Each one of those boxes has a name.

term meaning where
True Positive is successful, predicted successful top left
False Negative is successful, predicted unsuccessful top right
False Positive is unsuccessful, predicted successful bottom left
True Negative is unsuccessful, predicted unsuccessful bottom right

If we’re being frank, though: I really dislike using those names. I can barely remember which is which, and I think using sterile names like that makes you forget what you’re actually working on.

For example, “minimize false negatives.” In normal words, you might say something like “be really sure someone’s reject is going to be rejected before you tell them that, because they might not submit it.” I think keeping the language related to the topic helps us understand what we’re really doing, and what impact we’re really having.

But either way, our K-Nearest Neighbors seems to be working pretty well.
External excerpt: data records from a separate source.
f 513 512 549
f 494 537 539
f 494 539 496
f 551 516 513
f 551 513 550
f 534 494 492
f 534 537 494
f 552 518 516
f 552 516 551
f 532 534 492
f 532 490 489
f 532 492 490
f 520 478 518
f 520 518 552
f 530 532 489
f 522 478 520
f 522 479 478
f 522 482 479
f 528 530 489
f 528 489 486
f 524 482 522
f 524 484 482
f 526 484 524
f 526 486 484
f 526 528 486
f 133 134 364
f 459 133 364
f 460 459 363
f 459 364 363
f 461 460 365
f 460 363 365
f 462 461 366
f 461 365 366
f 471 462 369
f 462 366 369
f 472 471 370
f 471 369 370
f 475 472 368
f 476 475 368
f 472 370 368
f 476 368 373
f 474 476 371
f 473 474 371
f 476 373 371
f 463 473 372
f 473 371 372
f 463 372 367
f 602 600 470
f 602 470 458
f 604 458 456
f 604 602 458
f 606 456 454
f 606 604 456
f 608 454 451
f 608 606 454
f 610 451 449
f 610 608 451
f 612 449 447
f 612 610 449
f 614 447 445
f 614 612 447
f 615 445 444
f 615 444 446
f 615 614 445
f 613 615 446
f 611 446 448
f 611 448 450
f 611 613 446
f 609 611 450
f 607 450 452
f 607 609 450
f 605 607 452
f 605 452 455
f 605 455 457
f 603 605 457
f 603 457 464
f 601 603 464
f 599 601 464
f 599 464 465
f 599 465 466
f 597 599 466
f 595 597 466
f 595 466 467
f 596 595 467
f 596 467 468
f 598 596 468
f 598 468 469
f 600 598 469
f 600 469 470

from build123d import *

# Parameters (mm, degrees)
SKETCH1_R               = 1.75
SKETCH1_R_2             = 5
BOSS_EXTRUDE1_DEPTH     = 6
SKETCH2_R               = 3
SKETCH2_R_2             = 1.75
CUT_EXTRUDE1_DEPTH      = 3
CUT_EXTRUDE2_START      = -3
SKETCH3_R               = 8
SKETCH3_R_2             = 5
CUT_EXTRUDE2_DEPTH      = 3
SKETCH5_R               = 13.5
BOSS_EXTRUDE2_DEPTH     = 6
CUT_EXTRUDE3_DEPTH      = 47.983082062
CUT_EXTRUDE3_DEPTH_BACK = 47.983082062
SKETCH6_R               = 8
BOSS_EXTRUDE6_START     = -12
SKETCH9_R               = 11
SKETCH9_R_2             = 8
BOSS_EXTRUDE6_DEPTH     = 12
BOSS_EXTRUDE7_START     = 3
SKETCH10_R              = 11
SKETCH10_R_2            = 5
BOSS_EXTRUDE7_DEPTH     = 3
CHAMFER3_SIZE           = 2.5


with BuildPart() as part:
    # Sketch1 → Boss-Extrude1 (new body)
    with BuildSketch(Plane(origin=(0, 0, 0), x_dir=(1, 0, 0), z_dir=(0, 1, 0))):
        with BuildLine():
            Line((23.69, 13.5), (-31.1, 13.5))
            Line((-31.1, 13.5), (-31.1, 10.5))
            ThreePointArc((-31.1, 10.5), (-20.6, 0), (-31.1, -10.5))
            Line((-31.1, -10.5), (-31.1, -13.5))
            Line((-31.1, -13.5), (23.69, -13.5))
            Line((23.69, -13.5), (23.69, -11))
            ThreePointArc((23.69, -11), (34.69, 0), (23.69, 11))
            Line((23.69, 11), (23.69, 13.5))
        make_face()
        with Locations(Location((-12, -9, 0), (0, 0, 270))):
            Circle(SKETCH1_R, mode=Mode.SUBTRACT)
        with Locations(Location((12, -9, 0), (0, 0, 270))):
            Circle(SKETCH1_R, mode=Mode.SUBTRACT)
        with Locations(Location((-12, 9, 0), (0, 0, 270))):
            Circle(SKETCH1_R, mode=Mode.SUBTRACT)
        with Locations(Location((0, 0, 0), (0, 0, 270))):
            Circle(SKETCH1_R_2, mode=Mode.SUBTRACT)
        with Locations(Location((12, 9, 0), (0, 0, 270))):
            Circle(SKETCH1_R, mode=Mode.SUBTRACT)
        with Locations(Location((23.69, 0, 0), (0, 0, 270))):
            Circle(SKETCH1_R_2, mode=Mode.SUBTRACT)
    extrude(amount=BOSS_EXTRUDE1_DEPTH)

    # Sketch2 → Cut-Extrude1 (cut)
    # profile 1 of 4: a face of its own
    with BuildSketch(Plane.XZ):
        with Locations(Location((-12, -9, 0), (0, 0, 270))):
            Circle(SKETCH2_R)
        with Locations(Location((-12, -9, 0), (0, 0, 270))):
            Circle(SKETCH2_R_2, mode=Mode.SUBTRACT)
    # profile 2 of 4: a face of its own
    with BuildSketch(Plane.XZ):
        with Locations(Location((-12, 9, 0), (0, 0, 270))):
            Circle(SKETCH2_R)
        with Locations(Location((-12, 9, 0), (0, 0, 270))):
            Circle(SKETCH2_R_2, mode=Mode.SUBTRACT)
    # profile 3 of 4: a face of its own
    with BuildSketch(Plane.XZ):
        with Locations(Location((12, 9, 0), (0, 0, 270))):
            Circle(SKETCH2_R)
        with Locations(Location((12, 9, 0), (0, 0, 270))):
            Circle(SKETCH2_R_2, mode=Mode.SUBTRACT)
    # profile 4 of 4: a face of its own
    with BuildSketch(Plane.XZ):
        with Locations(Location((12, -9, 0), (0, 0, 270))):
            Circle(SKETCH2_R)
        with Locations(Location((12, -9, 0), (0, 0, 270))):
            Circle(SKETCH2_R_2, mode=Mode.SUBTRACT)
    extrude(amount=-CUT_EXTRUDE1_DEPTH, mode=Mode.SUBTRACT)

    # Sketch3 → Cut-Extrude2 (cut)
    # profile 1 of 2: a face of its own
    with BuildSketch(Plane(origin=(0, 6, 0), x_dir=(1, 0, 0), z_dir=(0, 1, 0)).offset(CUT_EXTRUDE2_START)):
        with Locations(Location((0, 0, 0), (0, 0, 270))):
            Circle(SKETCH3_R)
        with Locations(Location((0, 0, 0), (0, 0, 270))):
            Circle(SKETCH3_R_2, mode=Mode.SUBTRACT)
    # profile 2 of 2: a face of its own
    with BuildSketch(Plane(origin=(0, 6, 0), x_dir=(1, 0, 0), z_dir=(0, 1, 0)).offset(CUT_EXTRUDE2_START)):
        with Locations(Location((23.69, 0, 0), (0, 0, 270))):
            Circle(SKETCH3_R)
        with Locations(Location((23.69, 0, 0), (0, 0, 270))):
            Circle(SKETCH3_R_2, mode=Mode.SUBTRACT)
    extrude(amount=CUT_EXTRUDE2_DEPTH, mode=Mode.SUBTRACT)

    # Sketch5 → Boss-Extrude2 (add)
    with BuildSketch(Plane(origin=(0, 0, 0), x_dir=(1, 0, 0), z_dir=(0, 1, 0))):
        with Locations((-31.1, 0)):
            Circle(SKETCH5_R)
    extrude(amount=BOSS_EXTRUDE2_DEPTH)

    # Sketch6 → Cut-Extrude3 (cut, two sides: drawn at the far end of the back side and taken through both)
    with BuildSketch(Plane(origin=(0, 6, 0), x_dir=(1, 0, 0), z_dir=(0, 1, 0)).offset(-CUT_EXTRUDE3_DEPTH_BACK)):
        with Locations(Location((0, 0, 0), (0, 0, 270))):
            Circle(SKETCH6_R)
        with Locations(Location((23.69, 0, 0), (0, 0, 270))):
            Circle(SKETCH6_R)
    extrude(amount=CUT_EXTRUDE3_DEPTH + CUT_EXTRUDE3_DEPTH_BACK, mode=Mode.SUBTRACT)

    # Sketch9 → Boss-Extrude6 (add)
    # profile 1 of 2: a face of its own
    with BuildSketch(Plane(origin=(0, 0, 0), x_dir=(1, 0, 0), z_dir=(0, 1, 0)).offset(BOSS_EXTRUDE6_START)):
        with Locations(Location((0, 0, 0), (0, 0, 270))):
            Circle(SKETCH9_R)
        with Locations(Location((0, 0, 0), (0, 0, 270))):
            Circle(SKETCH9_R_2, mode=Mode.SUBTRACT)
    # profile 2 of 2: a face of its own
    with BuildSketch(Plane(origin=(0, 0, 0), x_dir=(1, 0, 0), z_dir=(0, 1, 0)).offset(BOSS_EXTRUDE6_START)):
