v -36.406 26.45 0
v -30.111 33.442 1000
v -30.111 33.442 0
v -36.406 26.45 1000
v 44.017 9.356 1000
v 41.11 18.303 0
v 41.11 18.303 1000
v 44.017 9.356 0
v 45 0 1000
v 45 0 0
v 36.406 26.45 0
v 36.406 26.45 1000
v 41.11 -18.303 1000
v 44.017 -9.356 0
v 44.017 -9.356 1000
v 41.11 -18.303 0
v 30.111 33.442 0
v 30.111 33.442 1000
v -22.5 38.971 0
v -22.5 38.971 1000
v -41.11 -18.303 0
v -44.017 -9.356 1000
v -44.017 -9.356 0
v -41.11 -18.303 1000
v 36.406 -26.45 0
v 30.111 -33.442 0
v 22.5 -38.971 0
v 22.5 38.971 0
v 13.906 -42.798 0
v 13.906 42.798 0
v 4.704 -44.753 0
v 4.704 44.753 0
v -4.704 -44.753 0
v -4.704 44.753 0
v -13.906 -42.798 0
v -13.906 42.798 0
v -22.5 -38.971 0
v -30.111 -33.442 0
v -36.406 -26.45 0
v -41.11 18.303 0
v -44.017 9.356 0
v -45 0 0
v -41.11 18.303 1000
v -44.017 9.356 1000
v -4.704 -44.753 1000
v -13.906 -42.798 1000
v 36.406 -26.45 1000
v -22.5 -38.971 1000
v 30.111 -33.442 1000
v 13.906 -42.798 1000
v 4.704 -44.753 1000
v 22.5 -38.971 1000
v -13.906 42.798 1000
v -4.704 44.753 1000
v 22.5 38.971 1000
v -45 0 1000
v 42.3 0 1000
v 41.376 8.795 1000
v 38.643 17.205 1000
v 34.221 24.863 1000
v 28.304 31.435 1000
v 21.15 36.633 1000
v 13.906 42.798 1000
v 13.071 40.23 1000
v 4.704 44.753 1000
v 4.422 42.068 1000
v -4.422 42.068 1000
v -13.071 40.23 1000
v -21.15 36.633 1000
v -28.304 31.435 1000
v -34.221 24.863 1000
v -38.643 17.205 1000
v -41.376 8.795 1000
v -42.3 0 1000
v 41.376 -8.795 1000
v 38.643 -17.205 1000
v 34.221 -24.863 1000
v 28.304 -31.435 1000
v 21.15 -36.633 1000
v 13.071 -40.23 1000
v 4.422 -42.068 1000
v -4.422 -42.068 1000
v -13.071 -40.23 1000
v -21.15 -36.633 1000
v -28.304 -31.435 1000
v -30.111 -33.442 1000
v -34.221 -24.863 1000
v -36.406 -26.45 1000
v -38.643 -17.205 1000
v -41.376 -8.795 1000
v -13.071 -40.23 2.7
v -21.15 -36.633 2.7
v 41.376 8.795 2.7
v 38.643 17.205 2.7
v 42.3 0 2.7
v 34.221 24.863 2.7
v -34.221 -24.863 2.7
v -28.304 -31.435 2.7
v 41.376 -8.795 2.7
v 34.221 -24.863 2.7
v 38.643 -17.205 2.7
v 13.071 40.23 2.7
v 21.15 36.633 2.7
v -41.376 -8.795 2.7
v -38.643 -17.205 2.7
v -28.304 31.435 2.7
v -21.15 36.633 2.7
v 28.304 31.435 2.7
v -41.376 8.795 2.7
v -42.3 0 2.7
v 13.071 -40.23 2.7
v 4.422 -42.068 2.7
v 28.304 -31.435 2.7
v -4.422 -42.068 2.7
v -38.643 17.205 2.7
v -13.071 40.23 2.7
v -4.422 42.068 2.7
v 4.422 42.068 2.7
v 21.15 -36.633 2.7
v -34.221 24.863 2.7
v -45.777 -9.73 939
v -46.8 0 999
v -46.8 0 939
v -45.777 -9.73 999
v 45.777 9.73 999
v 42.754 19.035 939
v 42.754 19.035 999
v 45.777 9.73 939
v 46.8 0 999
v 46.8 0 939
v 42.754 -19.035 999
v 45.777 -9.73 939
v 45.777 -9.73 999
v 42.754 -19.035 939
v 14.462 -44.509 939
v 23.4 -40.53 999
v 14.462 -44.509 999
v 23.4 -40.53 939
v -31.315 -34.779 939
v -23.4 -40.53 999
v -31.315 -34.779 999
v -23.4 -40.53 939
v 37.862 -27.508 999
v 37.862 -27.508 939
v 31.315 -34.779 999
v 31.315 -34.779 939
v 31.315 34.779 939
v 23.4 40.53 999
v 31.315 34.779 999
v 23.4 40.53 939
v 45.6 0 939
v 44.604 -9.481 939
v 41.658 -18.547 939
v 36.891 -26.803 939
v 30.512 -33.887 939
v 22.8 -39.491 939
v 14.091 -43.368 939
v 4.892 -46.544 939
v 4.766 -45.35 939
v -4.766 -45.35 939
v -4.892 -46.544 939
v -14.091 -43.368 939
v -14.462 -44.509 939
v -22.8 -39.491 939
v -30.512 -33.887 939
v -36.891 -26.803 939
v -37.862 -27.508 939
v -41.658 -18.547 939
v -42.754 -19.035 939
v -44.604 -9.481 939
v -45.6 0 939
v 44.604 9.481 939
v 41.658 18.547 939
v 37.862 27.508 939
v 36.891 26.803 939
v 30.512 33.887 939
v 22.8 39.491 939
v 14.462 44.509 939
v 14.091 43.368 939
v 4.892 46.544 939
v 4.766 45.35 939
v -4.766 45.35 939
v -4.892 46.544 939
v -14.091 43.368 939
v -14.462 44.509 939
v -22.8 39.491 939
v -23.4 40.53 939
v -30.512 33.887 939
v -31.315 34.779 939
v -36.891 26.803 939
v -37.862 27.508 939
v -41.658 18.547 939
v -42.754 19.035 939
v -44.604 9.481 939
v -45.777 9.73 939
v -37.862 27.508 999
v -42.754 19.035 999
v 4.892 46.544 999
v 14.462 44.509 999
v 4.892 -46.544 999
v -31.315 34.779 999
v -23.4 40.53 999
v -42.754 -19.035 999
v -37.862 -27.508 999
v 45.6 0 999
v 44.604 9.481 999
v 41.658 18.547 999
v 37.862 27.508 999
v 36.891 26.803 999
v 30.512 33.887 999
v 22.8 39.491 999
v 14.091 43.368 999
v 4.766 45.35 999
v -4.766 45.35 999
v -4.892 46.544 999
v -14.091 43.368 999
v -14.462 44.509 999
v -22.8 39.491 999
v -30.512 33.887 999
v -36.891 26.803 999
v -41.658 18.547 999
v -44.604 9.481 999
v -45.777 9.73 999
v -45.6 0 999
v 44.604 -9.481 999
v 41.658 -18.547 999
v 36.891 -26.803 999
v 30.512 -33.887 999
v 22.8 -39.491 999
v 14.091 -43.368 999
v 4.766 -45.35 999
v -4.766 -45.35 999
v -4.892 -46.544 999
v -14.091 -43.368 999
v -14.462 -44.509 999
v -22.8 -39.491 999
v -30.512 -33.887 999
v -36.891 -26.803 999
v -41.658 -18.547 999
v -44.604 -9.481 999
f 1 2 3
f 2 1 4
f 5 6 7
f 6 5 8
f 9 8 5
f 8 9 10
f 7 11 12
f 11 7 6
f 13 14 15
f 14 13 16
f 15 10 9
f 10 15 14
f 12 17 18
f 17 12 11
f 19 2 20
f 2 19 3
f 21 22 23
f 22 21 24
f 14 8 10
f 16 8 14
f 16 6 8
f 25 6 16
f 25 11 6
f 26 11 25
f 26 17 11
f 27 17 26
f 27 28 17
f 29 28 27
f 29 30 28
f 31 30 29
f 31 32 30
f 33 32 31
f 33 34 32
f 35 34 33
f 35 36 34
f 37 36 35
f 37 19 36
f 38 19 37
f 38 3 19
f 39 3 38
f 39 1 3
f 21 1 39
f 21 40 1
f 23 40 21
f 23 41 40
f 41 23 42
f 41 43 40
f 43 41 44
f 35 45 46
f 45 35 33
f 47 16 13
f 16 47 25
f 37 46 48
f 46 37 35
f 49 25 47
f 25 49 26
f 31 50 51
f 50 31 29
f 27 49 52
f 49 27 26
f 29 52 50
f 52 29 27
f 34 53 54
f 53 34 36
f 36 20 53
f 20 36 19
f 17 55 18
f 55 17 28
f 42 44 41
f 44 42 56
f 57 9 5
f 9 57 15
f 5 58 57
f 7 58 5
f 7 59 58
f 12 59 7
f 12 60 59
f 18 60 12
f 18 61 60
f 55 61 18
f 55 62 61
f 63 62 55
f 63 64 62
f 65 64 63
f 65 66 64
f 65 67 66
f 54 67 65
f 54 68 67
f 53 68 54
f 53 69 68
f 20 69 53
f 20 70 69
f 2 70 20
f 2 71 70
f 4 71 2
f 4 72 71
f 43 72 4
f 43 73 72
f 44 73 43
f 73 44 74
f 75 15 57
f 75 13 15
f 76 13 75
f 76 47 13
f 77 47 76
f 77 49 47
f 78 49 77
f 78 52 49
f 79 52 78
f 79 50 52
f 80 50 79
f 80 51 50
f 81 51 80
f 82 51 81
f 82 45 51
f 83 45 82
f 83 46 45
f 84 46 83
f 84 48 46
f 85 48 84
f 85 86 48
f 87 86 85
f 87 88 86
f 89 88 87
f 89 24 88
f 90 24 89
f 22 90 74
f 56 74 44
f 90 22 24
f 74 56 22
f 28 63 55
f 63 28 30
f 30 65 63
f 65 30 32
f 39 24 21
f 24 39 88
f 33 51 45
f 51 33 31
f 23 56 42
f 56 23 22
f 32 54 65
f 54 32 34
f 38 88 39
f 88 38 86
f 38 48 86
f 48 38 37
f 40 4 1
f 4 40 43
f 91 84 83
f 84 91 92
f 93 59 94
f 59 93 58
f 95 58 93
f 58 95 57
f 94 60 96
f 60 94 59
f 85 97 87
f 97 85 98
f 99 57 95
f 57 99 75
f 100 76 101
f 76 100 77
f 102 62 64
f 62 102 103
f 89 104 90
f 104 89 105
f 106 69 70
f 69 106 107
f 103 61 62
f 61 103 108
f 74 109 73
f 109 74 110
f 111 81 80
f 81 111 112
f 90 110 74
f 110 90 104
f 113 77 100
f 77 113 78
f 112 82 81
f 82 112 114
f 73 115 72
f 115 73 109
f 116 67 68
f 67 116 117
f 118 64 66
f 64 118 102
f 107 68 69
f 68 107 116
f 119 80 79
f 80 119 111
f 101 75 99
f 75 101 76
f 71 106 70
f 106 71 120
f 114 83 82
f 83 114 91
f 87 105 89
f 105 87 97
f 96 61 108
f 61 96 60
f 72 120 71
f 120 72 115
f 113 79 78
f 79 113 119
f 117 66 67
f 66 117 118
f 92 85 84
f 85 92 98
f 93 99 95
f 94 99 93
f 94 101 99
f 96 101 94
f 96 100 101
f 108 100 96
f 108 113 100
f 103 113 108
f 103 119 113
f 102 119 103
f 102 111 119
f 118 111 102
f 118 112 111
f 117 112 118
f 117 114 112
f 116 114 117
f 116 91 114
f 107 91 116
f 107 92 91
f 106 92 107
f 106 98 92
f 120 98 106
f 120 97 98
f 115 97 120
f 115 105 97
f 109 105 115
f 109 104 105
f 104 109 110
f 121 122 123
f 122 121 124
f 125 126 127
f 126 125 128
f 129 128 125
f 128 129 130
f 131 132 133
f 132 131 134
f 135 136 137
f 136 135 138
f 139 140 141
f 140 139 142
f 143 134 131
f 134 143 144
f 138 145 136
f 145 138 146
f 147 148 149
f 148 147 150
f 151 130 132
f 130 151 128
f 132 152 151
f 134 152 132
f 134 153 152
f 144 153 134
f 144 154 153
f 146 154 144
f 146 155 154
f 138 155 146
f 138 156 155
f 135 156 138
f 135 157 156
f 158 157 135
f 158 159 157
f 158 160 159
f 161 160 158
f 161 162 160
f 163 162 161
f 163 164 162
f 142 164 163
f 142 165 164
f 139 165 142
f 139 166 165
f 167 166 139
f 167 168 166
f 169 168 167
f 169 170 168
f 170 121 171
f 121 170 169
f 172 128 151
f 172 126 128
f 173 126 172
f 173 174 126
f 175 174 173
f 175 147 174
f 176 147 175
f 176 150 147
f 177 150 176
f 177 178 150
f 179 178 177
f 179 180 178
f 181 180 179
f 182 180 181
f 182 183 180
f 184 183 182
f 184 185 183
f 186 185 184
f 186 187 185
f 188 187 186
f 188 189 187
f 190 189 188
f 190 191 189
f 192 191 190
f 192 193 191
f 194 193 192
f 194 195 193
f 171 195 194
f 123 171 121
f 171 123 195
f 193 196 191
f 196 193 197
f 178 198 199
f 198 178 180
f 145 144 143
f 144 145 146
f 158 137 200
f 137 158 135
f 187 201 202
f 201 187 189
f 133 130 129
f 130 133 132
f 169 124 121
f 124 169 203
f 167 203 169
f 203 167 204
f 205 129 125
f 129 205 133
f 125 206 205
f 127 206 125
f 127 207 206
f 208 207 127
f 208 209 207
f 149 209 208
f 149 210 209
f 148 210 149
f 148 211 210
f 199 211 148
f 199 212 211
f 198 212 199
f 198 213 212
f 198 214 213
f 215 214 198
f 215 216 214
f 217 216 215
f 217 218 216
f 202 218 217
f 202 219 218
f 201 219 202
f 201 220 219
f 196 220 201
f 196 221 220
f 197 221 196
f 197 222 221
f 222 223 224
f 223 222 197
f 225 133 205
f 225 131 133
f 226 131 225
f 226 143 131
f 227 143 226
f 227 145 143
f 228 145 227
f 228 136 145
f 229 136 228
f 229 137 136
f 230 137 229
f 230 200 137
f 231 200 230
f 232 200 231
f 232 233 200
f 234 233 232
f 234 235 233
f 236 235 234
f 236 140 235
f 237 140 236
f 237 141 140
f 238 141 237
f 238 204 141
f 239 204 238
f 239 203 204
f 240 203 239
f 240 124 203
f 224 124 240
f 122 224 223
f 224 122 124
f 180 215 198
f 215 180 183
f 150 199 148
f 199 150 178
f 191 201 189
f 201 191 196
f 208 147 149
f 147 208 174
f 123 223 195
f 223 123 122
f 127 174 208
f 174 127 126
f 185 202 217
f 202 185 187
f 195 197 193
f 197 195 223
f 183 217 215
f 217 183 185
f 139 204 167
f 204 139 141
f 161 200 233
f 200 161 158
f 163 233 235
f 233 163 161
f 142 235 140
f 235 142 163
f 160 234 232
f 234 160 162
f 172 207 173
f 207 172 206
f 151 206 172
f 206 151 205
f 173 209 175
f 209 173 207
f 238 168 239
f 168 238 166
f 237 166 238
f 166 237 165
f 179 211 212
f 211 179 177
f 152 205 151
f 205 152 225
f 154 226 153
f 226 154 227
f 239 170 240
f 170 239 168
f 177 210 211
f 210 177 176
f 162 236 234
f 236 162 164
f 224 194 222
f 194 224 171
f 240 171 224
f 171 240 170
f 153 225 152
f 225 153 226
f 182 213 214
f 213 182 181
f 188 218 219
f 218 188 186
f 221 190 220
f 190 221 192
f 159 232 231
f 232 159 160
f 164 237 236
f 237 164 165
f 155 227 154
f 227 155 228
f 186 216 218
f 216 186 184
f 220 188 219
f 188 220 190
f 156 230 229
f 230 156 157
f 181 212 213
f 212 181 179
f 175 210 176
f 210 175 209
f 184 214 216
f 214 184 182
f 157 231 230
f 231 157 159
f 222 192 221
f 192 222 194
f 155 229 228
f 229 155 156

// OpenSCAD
// Parameters
length_mm = 1000; //[500:2000:10]
outer_diameter_mm = 90; //[45:180:1]
wall_thickness_mm = 2.7; //[1.3:5.4:0.1]
include_end_fitting = 1; //[0:1:1]
end_fitting_count = 1; //[0:1:1]
socket_length_mm = 60; //[30:120:1]
socket_wall_extra_mm = 1.8; //[0.5:4:0.1]
socket_stop_thickness_mm = 4; //[2:10:0.5]
socket_clearance_mm = 0.6; //[0.2:1.5:0.1]
connection_overlap_mm = 1; //[0.5:2:0.1]

// HT Pipe - complete geometry
module ht_pipe() {
  color([0.85, 0.85, 0.8]) {
    // Pipe body
    difference() {
      cylinder(h=length_mm, r=outer_diameter_mm/2, center=false);
      translate([0, 0, wall_thickness_mm])
        cylinder(h=length_mm, r=outer_diameter_mm/2 - wall_thickness_mm, center=false);
    }
    
    // End fitting socket
    if (include_end_fitting && end_fitting_count > 0) {
      translate([0, 0, length_mm - socket_length_mm - connection_overlap_mm]) {
        difference() {
          cylinder(h=socket_length_mm, r=outer_diameter_mm/2 + socket_wall_extra_mm, center=false);
          translate([0, 0, 0])
            cylinder(h=socket_length_mm, r=outer_diameter_mm/2 + socket_clearance_mm, center=false);
          translate([0, 0, socket_length_mm - socket_stop_thickness_mm])
            cylinder(h=socket_stop_thickness_mm, r=outer_diameter_mm/2 + socket_clearance_mm, center=false);
        }
      }
    }
  }
}

// Assembly
module assembly() {
  ht_pipe();
}

assembly();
Or at least, it goes a bit better than always guessing ‘denied.’

4.4.4 Explainability

Hand-in-hand with performance is the idea of explainability. Why did our algorithm give the result it did? Imagine how uncomfortable it would be dealing with a person who could never explain their reasoning behind their decisions!

One problem of the K-Nearest Neighbors algorithm is that it’s kind of difficult to explain what’s going on, or why we received a certain result. In theory it’s easy - “we’re taking the 20 most similar FOIA requests and picking whether they were fulfilled or not” - but it’s difficult to point out exactly which columns are the important ones, or give feedback on how we might need to improve your FOIA request.

Maybe it’s time to look at some alternatives? As we mentioned before, there are more classification algorithms than just K-Nearest Neighbors. A few examples are logistic regression classifiers, decision trees, and random forests.

While there is a lot of potential math and tests for suitability between your dataset and what kind of algorithm should work best, at the end of the day the only thing that really matters is which one does work best. To figure it out… you just try all of the different algorithms and compare the results!